Use site search data to find out what your visitors are looking for.
Navigation of web sites is mostly defined by the web designer. You arrive at the home page and click on one of the links that the web designer decided should be on the home page. You go to the next page and do the same thing, and so-on.
But what are your visitors really looking for when they arrive on your web site? The richest data comes from your search box. Your visitor’s searches are their unadulterated explanation of why they came to your site.
Google Analytics lets you dig into what your visitors search for regardless of which site search technology you have. Here’s a look at search data over the past few months on Lakeway.com:
These are the actual search terms people typed into my site, most likely because the visitors couldn’t immediately find what they were looking for. Many of the terms are similar, such as hotel and hotels, so you may need to parse them together to analyze.
This data shows that many of the visitors to my site are looking for Lakeway hotels, and few can find that section. It’s probably placed too many levels deep on my site.
Search refinements is also interesting. It shows how many people ended up searching again after seeing the results. If the number is high for a particular keyword, then people aren’t finding what they’re looking for.
I’m also surprised to see people searching for employment on the site. Lakeway is more of a residential community, but this shows me there may be some potential for a jobs section on the site.
I have more extensive search data on Domain Name Wire. Since the middle of March people have used the DNW.com search box 3,388 times. The top search term is surprising: “Parava”, searched for 275 times.
This has to do with Parava’s de-accreditation and the subsequent transfer of domains to Hover.com. I wrote several articles about the transfer and what was going on. Many of the visitors to DNW probably arrived at one article and wanted to see other coverage. Perhaps I should have placed a notice at the top of the page “Looking for updated info about Parava transfers? Click here.”

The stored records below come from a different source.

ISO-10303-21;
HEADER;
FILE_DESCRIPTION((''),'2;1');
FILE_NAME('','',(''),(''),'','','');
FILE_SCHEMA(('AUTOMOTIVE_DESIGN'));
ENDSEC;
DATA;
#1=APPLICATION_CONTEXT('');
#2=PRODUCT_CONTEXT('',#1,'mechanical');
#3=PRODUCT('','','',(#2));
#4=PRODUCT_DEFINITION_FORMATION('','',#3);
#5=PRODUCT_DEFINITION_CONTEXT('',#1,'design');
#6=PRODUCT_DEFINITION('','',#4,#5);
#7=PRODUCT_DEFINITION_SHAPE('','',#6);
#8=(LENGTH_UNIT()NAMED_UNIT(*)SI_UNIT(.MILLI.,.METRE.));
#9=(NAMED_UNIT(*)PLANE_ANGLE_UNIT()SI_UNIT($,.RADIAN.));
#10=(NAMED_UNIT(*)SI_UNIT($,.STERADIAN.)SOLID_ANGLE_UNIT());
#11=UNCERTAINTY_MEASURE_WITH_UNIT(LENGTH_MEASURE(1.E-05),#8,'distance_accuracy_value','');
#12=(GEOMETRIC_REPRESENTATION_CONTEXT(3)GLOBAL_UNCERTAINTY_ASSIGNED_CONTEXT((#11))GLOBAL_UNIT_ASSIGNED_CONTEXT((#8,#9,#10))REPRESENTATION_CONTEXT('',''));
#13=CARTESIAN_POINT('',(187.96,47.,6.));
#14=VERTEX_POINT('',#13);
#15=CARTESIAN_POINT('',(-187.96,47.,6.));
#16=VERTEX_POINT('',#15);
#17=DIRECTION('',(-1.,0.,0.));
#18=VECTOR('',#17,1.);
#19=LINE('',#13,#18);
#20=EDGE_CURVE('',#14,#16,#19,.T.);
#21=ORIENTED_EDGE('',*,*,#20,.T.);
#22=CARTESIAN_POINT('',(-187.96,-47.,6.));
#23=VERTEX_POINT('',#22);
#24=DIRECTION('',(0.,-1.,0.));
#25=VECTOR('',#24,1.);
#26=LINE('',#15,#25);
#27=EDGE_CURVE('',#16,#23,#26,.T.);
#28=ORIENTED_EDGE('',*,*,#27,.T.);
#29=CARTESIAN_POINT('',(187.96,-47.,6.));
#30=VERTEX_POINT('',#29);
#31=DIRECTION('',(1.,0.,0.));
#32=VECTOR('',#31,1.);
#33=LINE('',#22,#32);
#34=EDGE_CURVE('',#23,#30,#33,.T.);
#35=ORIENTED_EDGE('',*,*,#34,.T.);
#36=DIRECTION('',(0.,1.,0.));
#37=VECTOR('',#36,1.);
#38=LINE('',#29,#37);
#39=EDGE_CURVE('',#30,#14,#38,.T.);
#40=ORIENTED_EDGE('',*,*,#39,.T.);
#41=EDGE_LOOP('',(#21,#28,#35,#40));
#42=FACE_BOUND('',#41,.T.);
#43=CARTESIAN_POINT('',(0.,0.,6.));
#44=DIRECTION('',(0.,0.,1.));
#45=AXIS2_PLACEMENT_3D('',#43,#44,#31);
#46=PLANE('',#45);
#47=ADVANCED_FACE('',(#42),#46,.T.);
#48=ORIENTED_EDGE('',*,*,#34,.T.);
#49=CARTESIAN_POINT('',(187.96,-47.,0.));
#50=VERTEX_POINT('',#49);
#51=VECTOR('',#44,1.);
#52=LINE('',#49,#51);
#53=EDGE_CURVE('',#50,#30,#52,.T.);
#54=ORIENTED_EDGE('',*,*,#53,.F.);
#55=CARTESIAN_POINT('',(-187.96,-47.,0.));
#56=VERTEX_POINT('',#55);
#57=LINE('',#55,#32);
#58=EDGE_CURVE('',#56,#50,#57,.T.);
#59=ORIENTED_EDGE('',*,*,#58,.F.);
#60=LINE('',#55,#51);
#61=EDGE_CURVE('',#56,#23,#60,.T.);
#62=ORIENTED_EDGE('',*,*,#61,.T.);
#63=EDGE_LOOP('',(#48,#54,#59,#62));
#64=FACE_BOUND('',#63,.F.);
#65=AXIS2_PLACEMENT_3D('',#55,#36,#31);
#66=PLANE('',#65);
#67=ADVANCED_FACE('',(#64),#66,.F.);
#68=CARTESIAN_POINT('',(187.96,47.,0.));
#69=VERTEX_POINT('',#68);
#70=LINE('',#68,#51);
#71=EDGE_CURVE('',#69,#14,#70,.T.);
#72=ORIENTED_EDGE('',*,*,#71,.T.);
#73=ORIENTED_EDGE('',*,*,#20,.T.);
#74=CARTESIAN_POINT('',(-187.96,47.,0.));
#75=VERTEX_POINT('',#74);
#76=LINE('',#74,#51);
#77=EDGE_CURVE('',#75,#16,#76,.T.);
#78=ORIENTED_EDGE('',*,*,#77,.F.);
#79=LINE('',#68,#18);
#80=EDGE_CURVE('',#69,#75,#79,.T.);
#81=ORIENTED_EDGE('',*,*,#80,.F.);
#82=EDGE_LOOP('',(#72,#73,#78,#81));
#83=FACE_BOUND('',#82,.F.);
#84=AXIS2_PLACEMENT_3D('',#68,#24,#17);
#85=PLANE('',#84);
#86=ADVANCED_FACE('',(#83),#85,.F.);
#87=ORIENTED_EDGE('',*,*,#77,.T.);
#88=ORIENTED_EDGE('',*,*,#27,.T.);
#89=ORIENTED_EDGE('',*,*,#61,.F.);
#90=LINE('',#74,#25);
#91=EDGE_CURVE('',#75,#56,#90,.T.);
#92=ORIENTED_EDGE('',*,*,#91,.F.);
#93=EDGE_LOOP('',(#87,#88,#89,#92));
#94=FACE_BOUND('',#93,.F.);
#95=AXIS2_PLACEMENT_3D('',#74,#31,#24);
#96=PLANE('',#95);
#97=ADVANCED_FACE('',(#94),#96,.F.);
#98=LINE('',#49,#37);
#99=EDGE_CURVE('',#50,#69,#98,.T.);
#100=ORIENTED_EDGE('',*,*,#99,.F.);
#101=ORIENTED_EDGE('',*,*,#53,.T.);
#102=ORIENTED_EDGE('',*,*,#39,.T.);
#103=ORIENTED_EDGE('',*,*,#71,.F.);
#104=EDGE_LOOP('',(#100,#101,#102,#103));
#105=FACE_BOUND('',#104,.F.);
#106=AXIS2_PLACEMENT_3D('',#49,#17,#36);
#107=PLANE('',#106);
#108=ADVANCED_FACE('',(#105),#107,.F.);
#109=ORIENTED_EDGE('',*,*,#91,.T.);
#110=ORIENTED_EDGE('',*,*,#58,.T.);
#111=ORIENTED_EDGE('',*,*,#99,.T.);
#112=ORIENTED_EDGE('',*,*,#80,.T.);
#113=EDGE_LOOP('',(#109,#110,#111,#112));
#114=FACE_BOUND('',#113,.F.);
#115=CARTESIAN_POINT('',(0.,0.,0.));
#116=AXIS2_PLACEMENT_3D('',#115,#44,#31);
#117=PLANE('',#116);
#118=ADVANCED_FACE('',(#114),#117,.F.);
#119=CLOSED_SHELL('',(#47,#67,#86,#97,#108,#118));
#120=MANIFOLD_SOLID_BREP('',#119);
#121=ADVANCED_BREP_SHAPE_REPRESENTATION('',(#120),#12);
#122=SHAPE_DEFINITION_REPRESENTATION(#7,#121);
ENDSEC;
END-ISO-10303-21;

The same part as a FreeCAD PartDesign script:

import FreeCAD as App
import Part
import Sketcher
from FreeCAD import Vector


def add_polygon(sketch, points):
    """Adds a closed chain of lines whose ends are joined by coincident constraints."""
    first, n = sketch.GeometryCount, len(points)
    for a, b in zip(points, points[1:] + points[:1]):
        sketch.addGeometry(Part.LineSegment(App.Vector(*a, 0), App.Vector(*b, 0)), False)
    for i in range(n):
        sketch.addConstraint(Sketcher.Constraint("Coincident", first + i, 2, first + (i + 1) % n, 1))

doc = App.newDocument("Part")
body = doc.addObject("PartDesign::Body", "Body")

# Sketch on XY plane
sketch1 = doc.addObject("Sketcher::SketchObject", "Sketch")
body.addObject(sketch1)
sketch1.AttachmentSupport = (doc.XY_Plane, [""])
sketch1.MapMode = "FlatFace"
add_polygon(sketch1, [(-187.96, 47), (-187.96, -47), (187.96, -47), (187.96, 47)])  # lines 0-3
sketch1.addConstraint([
    Sketcher.Constraint("Vertical", 0),
    Sketcher.Constraint("Horizontal", 1),
    Sketcher.Constraint("Vertical", 2),
    Sketcher.Constraint("Horizontal", 3),
    Sketcher.Constraint("Symmetric", 0, 2, 2, 2, -1, 1),
    Sketcher.Constraint("DistanceY", 0, 2, 0, 1, 94.0),
    Sketcher.Constraint("DistanceX", 1, 1, 1, 2, 375.92),
])
pad1 = doc.addObject("PartDesign::Pad", "Pad")
body.addObject(pad1)
pad1.Profile = sketch1
pad1.Length = 6

doc.recompute()
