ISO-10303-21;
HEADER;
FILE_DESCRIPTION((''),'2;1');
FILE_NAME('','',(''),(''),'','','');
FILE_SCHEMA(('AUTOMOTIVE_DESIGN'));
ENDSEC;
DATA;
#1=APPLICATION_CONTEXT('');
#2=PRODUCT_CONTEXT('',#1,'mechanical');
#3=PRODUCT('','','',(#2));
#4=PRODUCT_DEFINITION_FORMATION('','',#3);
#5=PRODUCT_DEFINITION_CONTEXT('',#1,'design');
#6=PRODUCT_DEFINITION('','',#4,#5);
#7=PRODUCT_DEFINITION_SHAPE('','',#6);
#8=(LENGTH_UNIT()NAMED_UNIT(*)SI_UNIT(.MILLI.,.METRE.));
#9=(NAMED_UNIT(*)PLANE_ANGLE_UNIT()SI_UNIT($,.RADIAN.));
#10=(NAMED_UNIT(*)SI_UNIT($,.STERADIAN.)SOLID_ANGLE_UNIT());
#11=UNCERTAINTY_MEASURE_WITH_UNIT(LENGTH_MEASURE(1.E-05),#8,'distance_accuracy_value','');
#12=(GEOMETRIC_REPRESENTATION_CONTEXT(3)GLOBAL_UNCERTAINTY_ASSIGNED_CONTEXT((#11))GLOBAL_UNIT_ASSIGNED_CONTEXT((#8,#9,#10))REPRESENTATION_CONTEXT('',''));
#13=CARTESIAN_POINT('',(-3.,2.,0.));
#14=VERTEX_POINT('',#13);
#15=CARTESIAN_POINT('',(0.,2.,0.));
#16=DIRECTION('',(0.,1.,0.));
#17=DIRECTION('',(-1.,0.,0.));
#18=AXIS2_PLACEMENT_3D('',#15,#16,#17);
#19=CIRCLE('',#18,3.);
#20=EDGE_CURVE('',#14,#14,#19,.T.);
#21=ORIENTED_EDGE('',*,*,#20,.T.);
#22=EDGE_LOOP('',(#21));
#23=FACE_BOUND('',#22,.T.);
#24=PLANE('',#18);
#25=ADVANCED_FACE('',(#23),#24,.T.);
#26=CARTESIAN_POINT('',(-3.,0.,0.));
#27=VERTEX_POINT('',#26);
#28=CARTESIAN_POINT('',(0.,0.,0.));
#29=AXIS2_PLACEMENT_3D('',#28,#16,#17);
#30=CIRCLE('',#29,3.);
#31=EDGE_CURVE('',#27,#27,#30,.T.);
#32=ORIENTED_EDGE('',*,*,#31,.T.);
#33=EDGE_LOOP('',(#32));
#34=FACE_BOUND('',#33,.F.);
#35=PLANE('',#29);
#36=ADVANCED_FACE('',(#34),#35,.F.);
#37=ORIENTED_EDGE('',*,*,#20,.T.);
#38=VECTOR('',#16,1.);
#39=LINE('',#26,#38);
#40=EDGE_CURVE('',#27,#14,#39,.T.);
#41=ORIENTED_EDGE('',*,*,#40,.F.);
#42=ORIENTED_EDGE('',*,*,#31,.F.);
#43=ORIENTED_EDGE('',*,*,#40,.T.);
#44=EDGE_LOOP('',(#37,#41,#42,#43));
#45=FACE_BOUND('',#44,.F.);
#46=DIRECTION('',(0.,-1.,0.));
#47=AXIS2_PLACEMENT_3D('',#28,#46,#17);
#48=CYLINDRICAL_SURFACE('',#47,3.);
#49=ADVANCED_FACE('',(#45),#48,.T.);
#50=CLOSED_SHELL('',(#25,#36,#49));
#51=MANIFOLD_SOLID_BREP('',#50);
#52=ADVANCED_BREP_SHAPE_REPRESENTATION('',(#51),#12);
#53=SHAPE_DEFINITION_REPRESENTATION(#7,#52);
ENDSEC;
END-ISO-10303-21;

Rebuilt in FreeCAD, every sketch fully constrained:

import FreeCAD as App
import Part
import Sketcher
from FreeCAD import Vector
Q = App.Units.Quantity

doc = App.newDocument("Part")
params = doc.addObject("Spreadsheet::Sheet", "Params")
for row, (alias, value) in enumerate([
    ("sketch1_diameter", "6 mm"),
    ("pad1_length", "2 mm"),
], start=1):
    params.set(f"A{row}", alias)
    params.set(f"B{row}", "=" + value)
    params.setAlias(f"B{row}", alias)

body = doc.addObject("PartDesign::Body", "Body")

# Sketch on XZ plane
sketch1 = body.newObject("Sketcher::SketchObject", "Sketch")
sketch1.AttachmentSupport = (doc.getObject("XZ_Plane"), [""])
sketch1.MapMode = "FlatFace"
sketch1.addGeometry(Part.Circle(Vector(0, 0, 0), Vector(0, 0, 1), 3), False)
sketch1.addConstraint(Sketcher.Constraint("Coincident", 0, 3, -1, 1))
sketch1.addConstraint(Sketcher.Constraint("Diameter", 0, Q("6 mm")))
sketch1.setExpression("Constraints[1]", "Params.sketch1_diameter")
pad1 = body.newObject("PartDesign::Pad", "Pad")
pad1.Profile = sketch1
pad1.setExpression("Length", "Params.pad1_length")
pad1.Reversed = True

doc.recompute()
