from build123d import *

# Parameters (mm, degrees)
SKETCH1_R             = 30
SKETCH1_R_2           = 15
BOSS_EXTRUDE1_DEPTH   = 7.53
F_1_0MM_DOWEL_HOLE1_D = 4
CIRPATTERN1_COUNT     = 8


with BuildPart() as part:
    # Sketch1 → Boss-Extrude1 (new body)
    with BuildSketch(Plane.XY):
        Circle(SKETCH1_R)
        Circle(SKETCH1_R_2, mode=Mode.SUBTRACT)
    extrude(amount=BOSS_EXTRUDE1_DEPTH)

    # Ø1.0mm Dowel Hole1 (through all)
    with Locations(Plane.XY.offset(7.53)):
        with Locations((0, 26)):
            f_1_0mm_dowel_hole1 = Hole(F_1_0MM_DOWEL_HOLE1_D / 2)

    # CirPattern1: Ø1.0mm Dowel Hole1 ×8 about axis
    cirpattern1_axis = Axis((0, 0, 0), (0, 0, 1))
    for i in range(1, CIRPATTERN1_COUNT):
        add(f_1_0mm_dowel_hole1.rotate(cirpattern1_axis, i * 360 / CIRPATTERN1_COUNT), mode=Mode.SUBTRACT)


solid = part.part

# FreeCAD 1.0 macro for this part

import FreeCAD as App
import Part
import Sketcher
from FreeCAD import Vector

doc = App.newDocument("Part")
body = doc.addObject("PartDesign::Body", "Body")

sketch1 = body.newObject("Sketcher::SketchObject", "Sketch")
sketch1.AttachmentSupport = (doc.getObject("XY_Plane"), [""])
sketch1.MapMode = "FlatFace"
sketch1.addGeometry(Part.Circle(Vector(0, 0, 0), Vector(0, 0, 1), 30), False)
sketch1.addGeometry(Part.Circle(Vector(0, 0, 0), Vector(0, 0, 1), 15), False)
sketch1.addConstraint(Sketcher.Constraint("Coincident", 0, 3, -1, 1))
sketch1.addConstraint(Sketcher.Constraint("Coincident", 1, 3, -1, 1))
sketch1.addConstraint(Sketcher.Constraint("Diameter", 0, 60.0))
sketch1.addConstraint(Sketcher.Constraint("Diameter", 1, 30.0))
pad1 = body.newObject("PartDesign::Pad", "Pad")
pad1.Profile = sketch1
pad1.Length = 7.53

sketch2 = body.newObject("Sketcher::SketchObject", "Sketch001")
sketch2.AttachmentSupport = (doc.getObject("XY_Plane"), [""])
sketch2.MapMode = "FlatFace"
sketch2.AttachmentOffset = App.Placement(Vector(0, 0, 7.53), App.Rotation())
sketch2.addGeometry(Part.Circle(Vector(0, 26, 0), Vector(0, 0, 1), 2), False)
sketch2.addConstraint(Sketcher.Constraint("PointOnObject", 0, 3, -2))
sketch2.addConstraint(Sketcher.Constraint("Diameter", 0, 4.0))
sketch2.addConstraint(Sketcher.Constraint("DistanceY", -1, 1, 0, 3, 26.0))
doc.recompute()
hole = body.newObject("PartDesign::Hole", "Hole")
hole.Profile = sketch2
hole.ThreadType = "None"
hole.Diameter = 4
hole.DepthType = "ThroughAll"
doc.recompute()

polarpattern = body.newObject("PartDesign::PolarPattern", "PolarPattern")
polarpattern.Originals = [hole]
polarpattern.Axis = (doc.getObject("Z_Axis"), [""])
polarpattern.Angle = 360
polarpattern.Occurrences = 8
body.Tip = polarpattern

doc.recompute()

The other top terms are VeriSign, GoDaddy, .tel, and global warming. Yes, global warming. You didn’t know DNW covered global warming? I’ll send a free copy of David Kesmodel’s “The Domain Game” to the first person who comments on why so many people are searching for “global warming” on DNW.
Jake says
Because if glbal warming continues, and Tuvalu becomes covered in water, .TV will be gone!
Andrew Allemann says
Jake wins! Jake, please email your address to me at editor (at) domainnamewire.com.
Anon says
Maybe those searches emanate from bots, or as a result from an attack vector? Kind of strange though.. check your raw logs.